The scents of lilacs, fudge, and horse manure mingle to form the distinctive aroma of Mackinac Island in early June. The tourist season is not yet in full swing; it starts in earnest with the Lilac Festival, the first day of which will be our final day on the island. A mild winter and an early spring encouraged the lilacs to bloom early; two days before the festival opens, they are already slightly past their peak. The scent of the fudge will peak about the time the scent of the horses does, in the hottest days of July and August.
When the Grand Hotel first opened its doors on July 10, 1887, July and August were the entire season. During the summer, life in the cities, as Bob Tagatz, the resident historian, points out, was unbearable. It wasn’t simply the lack of air conditioning, or a dearth of lilacs and fudge shops to mask the scent of the horses, but the smoke and the heat from the foundries and factories, and, in such railroad hubs as Chicago, the stench of blood and guts from the slaughterhouses. The railroads had helped to make city life in the summer unpleasant, but they offered relief to those who could afford it. The Grand Hotel, constructed and owned by the railroads, quickly became the premier destination for the children of the Gilded Age. The sons and daughters of robber barons and rising Midwestern industrialists spent not two nights, but a full two months on Mackinac Island, the crown jewel of the Great Lakes.
The history of the Grand Hotel is fascinating, from its construction in 93 days through its years as a speakeasy during Prohibition, to 1951, the first year it ever turned a profit, down to today, as it enters its third generation as a family-owned business. A few days each week, Bob Tagatz regales guests with tales of the past 125 years on one end of the famous porch of the Grand Hotel, the world’s longest at 660 feet.

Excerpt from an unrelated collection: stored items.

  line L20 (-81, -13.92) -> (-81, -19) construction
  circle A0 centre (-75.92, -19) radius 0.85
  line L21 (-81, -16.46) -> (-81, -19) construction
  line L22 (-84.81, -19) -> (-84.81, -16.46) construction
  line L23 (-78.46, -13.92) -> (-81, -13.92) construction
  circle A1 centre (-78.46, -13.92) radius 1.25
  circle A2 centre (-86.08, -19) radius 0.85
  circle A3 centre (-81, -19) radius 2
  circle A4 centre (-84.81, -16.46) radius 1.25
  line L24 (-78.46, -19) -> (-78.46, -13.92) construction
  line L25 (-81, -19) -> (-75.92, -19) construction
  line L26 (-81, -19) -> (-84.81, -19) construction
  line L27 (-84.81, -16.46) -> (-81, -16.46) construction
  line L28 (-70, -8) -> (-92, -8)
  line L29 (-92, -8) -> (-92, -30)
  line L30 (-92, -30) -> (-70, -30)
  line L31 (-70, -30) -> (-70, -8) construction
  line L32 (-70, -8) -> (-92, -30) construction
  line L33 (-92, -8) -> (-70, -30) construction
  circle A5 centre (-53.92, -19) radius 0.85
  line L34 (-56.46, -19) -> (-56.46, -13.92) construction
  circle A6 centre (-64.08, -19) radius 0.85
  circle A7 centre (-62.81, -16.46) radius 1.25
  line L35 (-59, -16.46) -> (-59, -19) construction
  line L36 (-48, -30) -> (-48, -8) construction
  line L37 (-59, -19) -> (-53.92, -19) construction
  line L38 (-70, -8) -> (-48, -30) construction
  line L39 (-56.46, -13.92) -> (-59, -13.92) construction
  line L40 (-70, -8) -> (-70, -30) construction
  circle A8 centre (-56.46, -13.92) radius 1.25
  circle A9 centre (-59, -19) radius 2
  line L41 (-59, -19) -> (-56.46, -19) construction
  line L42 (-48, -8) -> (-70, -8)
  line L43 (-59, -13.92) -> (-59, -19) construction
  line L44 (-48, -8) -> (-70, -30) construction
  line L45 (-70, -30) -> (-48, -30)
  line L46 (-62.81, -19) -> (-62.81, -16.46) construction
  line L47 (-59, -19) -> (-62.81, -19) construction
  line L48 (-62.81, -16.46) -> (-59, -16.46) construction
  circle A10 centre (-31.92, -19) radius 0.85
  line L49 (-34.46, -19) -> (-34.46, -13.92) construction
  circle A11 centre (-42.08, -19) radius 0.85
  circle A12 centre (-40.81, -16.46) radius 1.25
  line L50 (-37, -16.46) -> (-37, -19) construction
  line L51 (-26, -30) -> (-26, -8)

My wife and I are on Mackinac Island to celebrate our 20th wedding anniversary. We have been to the island a number of times—we spent two nights at the Chippewa Hotel, down on the harbor, on our honeymoon—but this is only our second stay at the Grand Hotel. As we had two years ago in September, when we were able to bring our entire family (“infants” 11 and under stay and eat free), we spent much of our three days on the island on the porch, enjoying the breeze and the conversation with each other and with our fellow guests. When the weather is perfect (as it was every day we were there) the view across the Straits of Mackinac is breathtaking; when the storms roll in and the seas rise, it is even more so, at least for a boy who grew up on the shore of Lake Michigan and who still thrills at the sight of giant ore boats making their way through the darkened straits, guided by the beacons of lighthouses that are more than romantic relics of a distant past.
When I was a boy, summer lasted forever; now, it is over in the blink of an eye. This is not simply a function of age; our three days at the Grand Hotel feel more like ten, and an entire summer season, back in the late 19th or early 20th centuries, must have seemed like a year in itself, to young and old alike.
The porch of the Grand Hotel has a civilizing effect on its guests. The occasional cellphone or iPad makes its appearance, but laptops are few and far between, and newspapers and books are more than decoration for the tables placed between the rockers. People who have built houses without porches will sit contentedly for hours, holding the kinds of conversations with strangers that their grandparents once held with their neighbors.
Bob Tagatz’s most amusing tales concern the activities that various social directors at the hotel dreamed up to keep their guests occupied, and the Grand still provides a full slate of activities. But many are looking for what Amy and I have come here to find—not exactly peace and quiet, because a hotel this size is always brimming with life (and there is always live music playing somewhere in the Grand), but an atmosphere that acknowledges, contrary to what even Christian authors tell us today, that life isn’t all about the journey: The destination matters, too.
Much of Europe shuts down for the entire month of August; this, some Americans remark with scorn, is what separates us from our European cousins. They are correct, but not in the way they think. With all of our “labor-saving” technology, we work more hours than ever before, and we fill up what little leisure is left with premeasured entertainment that keeps us constantly aware of the passage of time. When I was a boy, summer lasted forever; now, it is over in the blink of an eye. This is not simply a function of age; our three days at the Grand Hotel feel more like ten, and an entire summer season, back in the late 19th or early 20th centuries, must have seemed like a year in itself, to young and old alike.
But back in what Bob Tagatz calls “the United States of Generica,” time rushes on. And to what end? To work all year, and to pile up debt, to fill our lives with Chinese-made contraptions that soon will clutter landfills, and our bodies with fast food that will preserve us in our early graves. All of this seems self-evidently right to most Genericans today; yet to work all year to spend a month on Mackinac Island would be dismissed as the height of frivolity.
Such thoughts, however, belong to a different day. For now, on the porch, time slows to a crawl.